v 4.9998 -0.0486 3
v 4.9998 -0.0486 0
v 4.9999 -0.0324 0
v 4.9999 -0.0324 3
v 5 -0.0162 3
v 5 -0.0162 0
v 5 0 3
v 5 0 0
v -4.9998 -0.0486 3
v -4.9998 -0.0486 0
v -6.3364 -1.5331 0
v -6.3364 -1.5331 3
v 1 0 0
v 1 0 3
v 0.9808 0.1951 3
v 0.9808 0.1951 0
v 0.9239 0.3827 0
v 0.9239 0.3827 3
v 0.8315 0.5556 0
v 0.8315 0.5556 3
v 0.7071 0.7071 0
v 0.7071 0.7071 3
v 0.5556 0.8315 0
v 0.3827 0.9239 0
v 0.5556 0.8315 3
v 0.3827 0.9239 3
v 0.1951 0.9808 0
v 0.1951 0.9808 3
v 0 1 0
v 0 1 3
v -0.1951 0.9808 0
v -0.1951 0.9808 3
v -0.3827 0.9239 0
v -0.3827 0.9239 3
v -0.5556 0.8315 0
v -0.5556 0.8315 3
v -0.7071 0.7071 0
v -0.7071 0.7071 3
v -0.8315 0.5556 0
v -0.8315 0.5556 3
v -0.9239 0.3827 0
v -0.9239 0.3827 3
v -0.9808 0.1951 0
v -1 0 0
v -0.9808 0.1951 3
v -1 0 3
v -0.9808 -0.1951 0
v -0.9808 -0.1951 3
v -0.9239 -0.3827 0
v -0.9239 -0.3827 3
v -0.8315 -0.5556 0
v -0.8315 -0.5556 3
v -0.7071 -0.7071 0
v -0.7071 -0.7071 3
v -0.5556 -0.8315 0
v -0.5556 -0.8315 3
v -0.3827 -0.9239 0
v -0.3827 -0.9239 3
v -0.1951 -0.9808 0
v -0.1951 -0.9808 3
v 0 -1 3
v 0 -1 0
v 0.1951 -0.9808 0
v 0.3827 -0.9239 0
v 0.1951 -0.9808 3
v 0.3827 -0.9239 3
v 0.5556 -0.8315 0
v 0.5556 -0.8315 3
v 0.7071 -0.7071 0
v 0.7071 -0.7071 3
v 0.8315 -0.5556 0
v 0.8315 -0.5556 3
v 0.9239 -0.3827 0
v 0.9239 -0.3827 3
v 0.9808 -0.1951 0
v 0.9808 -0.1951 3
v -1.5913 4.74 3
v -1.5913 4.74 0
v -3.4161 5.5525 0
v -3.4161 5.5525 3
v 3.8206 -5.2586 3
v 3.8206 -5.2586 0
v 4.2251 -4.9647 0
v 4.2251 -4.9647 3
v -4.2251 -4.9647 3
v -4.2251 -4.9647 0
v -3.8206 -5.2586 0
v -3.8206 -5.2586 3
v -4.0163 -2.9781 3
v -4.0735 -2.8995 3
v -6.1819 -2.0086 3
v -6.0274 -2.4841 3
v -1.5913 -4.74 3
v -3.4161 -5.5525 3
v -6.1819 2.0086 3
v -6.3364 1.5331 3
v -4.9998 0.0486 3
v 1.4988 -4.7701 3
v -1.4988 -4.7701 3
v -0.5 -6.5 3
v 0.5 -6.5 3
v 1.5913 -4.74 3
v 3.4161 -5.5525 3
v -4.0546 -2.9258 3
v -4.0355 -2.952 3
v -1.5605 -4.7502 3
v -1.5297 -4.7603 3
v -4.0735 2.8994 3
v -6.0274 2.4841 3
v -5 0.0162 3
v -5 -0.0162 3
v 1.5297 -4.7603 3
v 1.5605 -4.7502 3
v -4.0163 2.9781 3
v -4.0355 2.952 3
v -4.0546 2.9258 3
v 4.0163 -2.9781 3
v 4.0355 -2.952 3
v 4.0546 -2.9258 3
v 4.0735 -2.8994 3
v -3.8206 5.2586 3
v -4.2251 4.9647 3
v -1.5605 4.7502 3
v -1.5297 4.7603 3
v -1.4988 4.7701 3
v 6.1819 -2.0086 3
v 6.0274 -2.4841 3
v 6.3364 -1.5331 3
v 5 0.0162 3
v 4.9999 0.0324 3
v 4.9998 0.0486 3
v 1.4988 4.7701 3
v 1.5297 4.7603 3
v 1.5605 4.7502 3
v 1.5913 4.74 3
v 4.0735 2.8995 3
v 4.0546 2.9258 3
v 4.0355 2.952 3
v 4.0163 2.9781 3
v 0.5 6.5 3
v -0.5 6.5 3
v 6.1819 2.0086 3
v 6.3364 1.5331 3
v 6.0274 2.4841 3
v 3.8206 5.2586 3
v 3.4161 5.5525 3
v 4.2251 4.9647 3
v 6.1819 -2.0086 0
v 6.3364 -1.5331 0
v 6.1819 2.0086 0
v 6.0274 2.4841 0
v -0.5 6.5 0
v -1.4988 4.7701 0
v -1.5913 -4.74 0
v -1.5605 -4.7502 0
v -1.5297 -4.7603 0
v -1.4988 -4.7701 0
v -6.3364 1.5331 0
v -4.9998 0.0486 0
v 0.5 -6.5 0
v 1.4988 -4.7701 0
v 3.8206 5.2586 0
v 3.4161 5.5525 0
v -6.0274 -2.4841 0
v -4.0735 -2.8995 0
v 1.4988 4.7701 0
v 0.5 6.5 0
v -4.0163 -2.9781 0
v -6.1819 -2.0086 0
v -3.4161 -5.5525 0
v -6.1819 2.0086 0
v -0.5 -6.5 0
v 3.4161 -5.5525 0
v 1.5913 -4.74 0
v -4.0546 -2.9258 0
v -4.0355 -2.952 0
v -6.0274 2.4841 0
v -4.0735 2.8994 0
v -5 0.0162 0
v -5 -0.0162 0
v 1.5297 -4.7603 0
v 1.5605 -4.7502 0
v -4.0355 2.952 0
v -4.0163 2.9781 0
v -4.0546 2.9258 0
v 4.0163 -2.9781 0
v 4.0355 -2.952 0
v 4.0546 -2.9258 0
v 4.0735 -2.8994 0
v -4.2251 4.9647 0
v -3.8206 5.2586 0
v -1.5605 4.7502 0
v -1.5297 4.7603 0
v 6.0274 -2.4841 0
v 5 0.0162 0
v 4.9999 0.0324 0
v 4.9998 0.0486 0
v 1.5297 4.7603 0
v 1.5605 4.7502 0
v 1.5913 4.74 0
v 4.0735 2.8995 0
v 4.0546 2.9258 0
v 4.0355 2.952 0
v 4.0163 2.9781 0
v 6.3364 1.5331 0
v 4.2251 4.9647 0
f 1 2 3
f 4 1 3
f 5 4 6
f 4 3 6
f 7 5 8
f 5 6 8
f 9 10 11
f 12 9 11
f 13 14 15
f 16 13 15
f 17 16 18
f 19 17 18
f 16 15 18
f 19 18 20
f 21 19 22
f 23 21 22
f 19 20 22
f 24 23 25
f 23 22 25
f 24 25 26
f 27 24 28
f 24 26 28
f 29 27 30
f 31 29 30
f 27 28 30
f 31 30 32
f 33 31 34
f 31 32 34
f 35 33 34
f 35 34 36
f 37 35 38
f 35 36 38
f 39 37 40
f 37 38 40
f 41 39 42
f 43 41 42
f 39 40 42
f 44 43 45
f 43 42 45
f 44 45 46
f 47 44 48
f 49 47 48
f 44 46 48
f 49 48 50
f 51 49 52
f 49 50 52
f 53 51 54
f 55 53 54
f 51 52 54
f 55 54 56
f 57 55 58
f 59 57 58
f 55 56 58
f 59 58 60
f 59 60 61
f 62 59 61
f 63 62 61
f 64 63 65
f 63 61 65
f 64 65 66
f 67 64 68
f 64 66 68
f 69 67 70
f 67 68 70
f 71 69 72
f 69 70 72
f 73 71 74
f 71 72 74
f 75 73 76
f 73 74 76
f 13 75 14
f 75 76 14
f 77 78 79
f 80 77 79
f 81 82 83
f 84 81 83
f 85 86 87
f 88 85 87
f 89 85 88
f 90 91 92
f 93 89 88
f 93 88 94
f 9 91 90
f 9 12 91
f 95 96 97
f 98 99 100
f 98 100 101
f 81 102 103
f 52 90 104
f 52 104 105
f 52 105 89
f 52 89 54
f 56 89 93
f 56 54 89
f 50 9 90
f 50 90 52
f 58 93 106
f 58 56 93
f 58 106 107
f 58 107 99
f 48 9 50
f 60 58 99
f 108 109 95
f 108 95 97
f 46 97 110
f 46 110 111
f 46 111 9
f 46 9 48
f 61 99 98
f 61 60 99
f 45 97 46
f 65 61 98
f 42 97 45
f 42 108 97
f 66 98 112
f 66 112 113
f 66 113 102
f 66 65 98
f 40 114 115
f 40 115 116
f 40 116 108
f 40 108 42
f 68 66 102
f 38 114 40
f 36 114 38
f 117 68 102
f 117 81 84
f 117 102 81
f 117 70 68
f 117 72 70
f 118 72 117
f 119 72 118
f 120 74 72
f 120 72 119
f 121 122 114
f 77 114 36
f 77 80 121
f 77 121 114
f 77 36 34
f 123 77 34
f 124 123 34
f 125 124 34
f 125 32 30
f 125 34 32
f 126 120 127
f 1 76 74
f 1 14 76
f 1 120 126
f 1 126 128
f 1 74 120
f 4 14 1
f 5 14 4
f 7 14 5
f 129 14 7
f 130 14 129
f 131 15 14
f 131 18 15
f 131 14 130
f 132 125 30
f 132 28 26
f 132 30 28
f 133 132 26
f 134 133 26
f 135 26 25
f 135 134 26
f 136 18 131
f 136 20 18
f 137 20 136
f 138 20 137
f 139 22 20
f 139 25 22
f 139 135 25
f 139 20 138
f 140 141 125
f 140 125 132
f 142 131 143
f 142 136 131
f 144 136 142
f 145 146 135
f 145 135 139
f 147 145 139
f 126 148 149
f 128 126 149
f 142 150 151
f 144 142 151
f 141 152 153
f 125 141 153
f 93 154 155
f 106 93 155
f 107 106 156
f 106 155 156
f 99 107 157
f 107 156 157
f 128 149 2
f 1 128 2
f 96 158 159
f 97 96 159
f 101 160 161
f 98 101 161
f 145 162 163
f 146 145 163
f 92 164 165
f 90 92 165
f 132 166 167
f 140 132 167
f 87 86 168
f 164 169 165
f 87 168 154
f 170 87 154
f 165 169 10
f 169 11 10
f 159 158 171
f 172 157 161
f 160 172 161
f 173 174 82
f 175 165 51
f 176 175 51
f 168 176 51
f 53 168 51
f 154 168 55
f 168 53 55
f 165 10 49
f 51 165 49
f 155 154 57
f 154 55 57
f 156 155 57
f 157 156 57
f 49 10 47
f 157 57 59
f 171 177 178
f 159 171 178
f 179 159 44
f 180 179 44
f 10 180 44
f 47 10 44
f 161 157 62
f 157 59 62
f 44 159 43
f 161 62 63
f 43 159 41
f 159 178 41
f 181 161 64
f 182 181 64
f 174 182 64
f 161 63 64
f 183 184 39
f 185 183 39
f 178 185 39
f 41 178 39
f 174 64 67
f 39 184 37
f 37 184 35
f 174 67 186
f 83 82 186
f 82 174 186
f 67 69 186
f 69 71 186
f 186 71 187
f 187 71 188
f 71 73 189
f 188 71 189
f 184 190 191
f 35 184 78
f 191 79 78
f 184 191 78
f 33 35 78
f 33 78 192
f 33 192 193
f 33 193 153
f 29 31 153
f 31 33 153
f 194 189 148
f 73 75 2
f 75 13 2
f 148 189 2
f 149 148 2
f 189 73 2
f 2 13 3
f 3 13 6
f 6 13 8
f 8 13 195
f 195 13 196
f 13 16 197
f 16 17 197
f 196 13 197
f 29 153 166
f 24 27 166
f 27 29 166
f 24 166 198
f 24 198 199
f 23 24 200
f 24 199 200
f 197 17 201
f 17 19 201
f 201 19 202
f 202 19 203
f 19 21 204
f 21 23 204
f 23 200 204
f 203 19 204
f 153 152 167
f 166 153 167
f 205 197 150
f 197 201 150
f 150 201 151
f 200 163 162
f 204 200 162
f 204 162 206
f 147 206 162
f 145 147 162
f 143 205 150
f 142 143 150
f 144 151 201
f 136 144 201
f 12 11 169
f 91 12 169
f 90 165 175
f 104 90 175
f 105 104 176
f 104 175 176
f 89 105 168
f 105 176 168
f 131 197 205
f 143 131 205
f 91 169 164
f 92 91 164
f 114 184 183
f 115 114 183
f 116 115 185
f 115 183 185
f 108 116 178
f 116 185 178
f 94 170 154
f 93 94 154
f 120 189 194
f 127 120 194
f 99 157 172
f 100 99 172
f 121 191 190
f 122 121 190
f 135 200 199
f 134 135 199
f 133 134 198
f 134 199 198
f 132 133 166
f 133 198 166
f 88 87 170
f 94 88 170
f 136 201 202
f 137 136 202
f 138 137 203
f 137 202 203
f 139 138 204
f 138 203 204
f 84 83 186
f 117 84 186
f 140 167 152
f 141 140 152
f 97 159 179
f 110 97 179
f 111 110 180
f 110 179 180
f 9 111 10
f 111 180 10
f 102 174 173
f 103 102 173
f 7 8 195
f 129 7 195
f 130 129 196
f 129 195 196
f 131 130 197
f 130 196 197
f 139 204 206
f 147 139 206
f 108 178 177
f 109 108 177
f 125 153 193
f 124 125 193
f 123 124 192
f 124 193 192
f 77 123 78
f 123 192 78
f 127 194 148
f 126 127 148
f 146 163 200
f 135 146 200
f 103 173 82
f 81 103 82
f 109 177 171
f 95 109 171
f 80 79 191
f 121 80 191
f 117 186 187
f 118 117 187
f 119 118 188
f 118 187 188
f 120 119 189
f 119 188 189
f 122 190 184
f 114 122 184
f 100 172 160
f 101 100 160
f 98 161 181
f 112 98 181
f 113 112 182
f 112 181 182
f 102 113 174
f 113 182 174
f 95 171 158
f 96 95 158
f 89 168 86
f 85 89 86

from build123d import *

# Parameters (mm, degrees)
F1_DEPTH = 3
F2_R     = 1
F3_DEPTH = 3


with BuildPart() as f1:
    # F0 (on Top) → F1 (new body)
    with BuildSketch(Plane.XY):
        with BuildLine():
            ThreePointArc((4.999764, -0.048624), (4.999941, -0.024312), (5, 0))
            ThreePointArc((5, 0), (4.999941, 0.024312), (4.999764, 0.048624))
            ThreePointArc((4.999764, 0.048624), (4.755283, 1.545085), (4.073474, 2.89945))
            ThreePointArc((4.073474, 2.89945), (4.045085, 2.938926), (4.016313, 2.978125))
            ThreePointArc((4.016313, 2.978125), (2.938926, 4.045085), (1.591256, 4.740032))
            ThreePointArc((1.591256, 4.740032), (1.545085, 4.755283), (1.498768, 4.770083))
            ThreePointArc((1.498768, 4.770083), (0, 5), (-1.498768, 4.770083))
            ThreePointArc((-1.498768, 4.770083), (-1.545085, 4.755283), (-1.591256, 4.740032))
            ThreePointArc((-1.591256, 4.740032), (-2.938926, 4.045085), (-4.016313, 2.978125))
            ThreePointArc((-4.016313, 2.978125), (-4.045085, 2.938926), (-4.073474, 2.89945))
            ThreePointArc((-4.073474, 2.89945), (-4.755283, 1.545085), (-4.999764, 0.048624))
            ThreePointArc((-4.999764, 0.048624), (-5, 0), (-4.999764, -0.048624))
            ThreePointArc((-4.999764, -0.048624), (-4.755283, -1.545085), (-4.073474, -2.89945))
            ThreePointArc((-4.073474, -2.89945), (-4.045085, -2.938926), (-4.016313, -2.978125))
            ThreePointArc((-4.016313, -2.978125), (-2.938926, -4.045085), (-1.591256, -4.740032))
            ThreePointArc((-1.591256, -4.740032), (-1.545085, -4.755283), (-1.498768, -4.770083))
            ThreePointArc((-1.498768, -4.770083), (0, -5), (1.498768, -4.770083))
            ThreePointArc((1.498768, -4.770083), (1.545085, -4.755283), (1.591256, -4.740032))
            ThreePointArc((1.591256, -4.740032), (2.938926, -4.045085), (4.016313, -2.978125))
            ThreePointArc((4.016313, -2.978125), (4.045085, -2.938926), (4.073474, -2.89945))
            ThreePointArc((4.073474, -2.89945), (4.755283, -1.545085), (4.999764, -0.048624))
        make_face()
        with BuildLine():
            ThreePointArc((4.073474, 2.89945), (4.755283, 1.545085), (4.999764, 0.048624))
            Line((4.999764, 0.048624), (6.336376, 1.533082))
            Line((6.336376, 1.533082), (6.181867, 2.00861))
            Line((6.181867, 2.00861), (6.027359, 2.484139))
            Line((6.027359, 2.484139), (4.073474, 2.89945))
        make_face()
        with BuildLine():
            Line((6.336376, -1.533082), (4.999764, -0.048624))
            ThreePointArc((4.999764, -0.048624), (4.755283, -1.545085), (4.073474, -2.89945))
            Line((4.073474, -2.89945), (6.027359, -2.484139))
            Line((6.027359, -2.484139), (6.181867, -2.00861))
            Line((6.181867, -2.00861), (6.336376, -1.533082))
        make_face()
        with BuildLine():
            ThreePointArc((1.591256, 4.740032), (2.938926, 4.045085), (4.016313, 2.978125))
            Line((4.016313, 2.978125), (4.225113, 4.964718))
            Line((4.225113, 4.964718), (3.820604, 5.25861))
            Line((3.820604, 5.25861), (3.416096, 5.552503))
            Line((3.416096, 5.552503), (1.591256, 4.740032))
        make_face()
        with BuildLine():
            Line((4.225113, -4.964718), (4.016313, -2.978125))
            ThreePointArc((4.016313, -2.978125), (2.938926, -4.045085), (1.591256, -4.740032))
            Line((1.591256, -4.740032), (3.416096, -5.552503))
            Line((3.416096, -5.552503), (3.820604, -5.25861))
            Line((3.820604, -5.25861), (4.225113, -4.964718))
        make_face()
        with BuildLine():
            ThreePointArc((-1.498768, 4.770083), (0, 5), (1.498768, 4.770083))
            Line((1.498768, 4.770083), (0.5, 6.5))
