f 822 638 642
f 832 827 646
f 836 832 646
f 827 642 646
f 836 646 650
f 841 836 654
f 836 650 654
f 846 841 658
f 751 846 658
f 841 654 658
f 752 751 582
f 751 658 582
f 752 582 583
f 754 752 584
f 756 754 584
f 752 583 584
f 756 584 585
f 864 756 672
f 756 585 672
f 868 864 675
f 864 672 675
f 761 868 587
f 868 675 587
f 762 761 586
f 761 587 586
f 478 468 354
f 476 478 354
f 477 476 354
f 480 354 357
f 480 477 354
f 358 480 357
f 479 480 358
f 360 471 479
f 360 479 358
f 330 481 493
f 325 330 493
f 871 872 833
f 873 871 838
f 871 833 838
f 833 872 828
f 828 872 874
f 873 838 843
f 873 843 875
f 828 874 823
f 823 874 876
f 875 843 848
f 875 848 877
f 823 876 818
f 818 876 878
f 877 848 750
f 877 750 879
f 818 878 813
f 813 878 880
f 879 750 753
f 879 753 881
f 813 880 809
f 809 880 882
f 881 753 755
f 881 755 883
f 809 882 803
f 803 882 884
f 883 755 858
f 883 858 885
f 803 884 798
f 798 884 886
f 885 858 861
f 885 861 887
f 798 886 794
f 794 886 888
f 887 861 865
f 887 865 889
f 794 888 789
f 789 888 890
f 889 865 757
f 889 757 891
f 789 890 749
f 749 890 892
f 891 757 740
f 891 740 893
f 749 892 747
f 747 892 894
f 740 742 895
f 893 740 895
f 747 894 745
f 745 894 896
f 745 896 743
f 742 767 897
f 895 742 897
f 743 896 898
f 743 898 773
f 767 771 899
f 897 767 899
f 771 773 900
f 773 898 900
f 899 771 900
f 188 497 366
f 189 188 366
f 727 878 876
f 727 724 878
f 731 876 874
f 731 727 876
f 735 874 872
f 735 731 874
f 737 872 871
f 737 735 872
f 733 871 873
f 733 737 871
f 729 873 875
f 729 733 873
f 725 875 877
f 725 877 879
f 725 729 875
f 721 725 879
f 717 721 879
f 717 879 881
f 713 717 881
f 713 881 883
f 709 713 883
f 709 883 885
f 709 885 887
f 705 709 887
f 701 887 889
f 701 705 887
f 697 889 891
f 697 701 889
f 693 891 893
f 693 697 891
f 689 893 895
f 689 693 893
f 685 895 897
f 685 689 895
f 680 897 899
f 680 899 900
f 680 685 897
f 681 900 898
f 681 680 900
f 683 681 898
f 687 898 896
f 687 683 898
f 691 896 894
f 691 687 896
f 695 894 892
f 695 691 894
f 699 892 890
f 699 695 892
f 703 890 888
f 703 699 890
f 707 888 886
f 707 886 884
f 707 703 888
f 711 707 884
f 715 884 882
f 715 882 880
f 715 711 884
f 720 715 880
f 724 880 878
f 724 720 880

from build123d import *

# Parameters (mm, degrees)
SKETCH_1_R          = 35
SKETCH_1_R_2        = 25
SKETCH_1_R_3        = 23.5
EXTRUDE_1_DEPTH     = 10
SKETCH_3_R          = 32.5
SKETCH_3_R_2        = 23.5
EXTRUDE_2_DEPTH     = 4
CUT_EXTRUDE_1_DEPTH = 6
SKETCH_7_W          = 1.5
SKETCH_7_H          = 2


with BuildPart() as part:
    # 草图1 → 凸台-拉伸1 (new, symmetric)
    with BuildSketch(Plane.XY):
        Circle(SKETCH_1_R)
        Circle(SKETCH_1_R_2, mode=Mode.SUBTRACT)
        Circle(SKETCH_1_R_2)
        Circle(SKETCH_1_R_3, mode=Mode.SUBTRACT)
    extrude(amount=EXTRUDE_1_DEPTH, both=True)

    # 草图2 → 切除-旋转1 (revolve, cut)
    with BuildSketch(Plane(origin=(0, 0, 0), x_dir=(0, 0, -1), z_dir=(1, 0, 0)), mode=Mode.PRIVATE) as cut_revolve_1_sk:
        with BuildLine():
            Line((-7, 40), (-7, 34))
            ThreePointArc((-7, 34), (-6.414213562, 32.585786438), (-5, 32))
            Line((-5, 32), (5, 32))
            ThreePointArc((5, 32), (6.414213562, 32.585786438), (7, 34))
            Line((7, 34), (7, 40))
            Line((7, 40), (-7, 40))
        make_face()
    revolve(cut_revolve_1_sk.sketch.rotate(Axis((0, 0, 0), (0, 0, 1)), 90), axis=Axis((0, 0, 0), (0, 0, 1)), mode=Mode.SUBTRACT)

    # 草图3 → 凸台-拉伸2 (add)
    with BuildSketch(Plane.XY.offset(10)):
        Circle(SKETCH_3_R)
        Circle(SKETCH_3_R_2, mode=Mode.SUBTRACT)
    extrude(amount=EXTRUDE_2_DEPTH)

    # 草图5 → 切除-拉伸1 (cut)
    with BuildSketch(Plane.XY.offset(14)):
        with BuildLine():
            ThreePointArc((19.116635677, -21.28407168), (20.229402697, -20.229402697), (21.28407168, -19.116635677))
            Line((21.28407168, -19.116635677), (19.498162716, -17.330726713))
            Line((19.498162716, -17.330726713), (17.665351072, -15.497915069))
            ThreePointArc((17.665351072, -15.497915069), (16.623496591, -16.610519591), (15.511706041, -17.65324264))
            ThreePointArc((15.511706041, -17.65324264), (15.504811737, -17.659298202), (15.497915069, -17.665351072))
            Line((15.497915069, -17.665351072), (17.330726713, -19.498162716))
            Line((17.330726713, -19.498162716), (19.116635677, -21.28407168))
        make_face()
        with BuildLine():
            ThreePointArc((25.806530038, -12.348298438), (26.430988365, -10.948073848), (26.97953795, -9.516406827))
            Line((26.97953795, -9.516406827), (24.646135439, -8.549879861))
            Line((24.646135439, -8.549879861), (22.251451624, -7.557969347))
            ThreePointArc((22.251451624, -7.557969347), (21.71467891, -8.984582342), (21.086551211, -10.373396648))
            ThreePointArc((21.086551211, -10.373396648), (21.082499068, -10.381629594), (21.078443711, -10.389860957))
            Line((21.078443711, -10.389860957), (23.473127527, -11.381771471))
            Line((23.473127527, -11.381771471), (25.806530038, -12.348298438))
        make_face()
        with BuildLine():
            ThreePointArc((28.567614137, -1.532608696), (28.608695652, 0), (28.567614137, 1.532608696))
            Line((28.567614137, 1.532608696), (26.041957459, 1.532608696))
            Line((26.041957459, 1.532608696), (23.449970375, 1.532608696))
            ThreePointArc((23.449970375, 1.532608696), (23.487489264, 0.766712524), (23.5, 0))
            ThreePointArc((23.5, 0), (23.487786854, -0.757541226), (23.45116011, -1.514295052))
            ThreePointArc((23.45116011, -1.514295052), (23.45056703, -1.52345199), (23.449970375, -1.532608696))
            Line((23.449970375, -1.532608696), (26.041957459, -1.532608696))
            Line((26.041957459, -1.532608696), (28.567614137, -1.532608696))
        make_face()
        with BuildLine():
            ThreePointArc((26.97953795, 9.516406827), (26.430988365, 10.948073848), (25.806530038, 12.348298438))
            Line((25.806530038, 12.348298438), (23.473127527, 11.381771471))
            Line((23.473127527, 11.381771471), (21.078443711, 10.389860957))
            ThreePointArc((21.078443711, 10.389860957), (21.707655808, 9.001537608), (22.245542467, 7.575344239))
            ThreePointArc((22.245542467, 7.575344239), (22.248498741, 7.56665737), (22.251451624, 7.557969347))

________________________

Go through the records above and copy every line with the word "amount".

    extrude(amount=EXTRUDE_1_DEPTH, both=True)
    extrude(amount=EXTRUDE_2_DEPTH)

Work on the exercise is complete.